Defining the effect of 16p11.2 duplication on cognition, behavior, and medical comorbidities

Original research article by Debra D’Angelo et al. (2015).

Read the abstract here.

In this article, the researchers explored which traits or features are most common among people with a 16p11.2 duplication. They also studied how mild or severe these traits can be and what influences their severity.

Taking part in the study were 1,006 people in Europe and the United States. Among the study participants, 270 had a 16p11.2 duplication. To help understand the role of family background in how features of the duplication are expressed, the duplication-carrying participants were compared with members of their families, including siblings of a similar age and their biological parents. This group consisted of 102 people from duplication families. Data from these families were also compared with previously reported data from 16p11.2 deletion families (390 people with the deletion and 244 control subjects from deletion families). Many of these participants were enrolled through Simons Searchlight.

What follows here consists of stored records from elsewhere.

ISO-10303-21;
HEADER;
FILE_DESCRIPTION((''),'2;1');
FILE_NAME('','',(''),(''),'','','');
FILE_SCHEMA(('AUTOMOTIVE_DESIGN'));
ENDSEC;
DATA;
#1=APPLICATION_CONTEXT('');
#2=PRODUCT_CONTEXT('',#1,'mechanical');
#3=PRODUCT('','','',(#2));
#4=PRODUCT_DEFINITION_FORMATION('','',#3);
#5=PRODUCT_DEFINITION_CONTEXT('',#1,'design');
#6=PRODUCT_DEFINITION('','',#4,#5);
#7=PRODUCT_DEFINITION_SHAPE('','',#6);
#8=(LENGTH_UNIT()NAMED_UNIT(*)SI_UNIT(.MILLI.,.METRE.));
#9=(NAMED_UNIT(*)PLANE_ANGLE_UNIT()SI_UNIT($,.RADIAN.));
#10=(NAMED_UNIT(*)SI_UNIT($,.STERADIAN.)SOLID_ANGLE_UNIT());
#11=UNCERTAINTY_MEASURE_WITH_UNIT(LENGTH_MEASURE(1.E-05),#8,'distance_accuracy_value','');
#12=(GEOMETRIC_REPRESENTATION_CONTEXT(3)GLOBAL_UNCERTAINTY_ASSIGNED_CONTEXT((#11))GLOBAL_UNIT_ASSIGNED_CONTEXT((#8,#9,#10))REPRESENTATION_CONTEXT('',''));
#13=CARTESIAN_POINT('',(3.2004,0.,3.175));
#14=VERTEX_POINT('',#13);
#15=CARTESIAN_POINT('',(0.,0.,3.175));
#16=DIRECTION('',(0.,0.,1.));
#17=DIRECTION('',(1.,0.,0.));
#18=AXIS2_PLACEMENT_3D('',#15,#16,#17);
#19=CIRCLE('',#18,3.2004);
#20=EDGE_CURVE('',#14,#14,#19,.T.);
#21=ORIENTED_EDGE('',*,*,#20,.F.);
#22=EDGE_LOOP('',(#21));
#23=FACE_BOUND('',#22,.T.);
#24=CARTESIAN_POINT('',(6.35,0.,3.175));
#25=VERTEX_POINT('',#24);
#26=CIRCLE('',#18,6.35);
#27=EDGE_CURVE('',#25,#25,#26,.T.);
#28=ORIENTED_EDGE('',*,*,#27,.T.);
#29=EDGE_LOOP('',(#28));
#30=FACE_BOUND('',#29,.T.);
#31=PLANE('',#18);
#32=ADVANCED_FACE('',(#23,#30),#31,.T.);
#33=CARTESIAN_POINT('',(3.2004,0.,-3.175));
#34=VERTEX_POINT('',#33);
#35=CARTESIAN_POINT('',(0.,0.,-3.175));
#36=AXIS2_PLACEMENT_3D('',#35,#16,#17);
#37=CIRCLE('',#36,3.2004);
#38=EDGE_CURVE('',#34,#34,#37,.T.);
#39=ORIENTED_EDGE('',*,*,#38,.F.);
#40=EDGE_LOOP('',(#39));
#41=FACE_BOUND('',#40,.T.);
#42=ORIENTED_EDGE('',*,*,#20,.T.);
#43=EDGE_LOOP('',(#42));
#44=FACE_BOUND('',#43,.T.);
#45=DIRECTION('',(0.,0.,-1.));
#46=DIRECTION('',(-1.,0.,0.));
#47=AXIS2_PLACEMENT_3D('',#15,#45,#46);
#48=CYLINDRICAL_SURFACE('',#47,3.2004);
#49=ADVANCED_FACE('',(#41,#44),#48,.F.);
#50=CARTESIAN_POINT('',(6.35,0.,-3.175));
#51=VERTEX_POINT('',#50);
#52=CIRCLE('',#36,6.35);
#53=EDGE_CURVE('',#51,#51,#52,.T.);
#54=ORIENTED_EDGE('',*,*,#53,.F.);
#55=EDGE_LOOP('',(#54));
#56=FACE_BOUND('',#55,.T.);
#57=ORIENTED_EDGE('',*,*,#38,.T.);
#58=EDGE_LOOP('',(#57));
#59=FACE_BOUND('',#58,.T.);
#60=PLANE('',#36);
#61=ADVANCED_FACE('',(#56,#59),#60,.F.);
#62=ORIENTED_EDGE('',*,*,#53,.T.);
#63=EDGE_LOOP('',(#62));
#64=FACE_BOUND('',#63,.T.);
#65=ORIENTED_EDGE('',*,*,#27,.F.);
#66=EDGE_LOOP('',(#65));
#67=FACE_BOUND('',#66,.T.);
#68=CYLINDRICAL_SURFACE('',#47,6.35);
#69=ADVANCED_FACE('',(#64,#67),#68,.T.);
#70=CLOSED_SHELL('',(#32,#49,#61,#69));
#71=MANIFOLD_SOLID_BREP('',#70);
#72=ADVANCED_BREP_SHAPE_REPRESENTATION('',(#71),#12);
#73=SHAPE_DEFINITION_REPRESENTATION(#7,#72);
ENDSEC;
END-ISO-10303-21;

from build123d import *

# Parameters (mm, degrees)
SKETCH1_R      = 6.35
SKETCH1_R_2    = 3.2004
EXTRUDE1_DEPTH = 3.175


with BuildPart() as part:
    # Sketch1 → Extrude1 (new body, symmetric)
    with BuildSketch(Plane.XY):
        Circle(SKETCH1_R)
        Circle(SKETCH1_R_2, mode=Mode.SUBTRACT)
    extrude(amount=EXTRUDE1_DEPTH, both=True)


solid = part.part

To examine how 16p11.2 duplications and deletions affect a person, researchers compared:

  • IQ
  • Neurological and psychological symptoms, such as the frequency of additional disorders like epilepsy and autism spectrum disorder
  • Body mass index and head circumference

Thinking and Learning: Study participants were scored on three categories–full scale IQ, verbal IQ, and nonverbal IQ–to accommodate different learning styles and identify strengths and weaknesses. People with the 16p11.2 duplication had an average full scale IQ of 78.8. The full scale IQs of individuals with the 16p11.2 duplication and the 16p11.2 deletion were similar, but the IQs of those with the duplication showed more variability. This might indicate that additional genetic factors may have a significant role in cognition in those with the duplication, and less of a role in those with the deletion.

This graph shows the range of full scale IQs for study participants who have the 16p11.2 duplication. 

  • The dotted line illustrates the FSIQ distribution of people who had the duplication and ASD. The average IQ of this group was about 40.
  • The solid line illustrates the IQ distribution of people who have the duplication but had not been diagnosed with ASD. The average IQ of this group was about 80, closer to the IQ of control groups.

Neurological and Psychological Symptoms: IQ scores for individuals with 16p11.2 duplication and autism were significantly lower than the IQ scores of those with only the duplication. About the same percentage of 16p11.2 duplication and deletion carrying individuals had an autism diagnosis: 20 and 16, respectively. Similar percentages were seen with epilepsy diagnoses, with 21.8% of duplication carriers and 19.4% of deletion carriers.

Physical Characteristics: Individuals with the 16p11.2 deletion were much more likely to be overweight in contrast to those with the 16p11.2 duplication who were more likely to be underweight when compared to the BMI scores of family members without the gene changes.  Additionally, head circumference (which is correlated with brain volume) was decreased in those with the duplication (22.3% of duplication subjects) and was positively associated with nonverbal IQ. This relative decrease in head circumference begins during the first two years of life. Major medical malformations were seen in 16.7% of the duplication group and 21.1% of the deletion group. The most common malformations were scoliosis and genital and cardiac malformations, appearing in both duplication and deletion groups.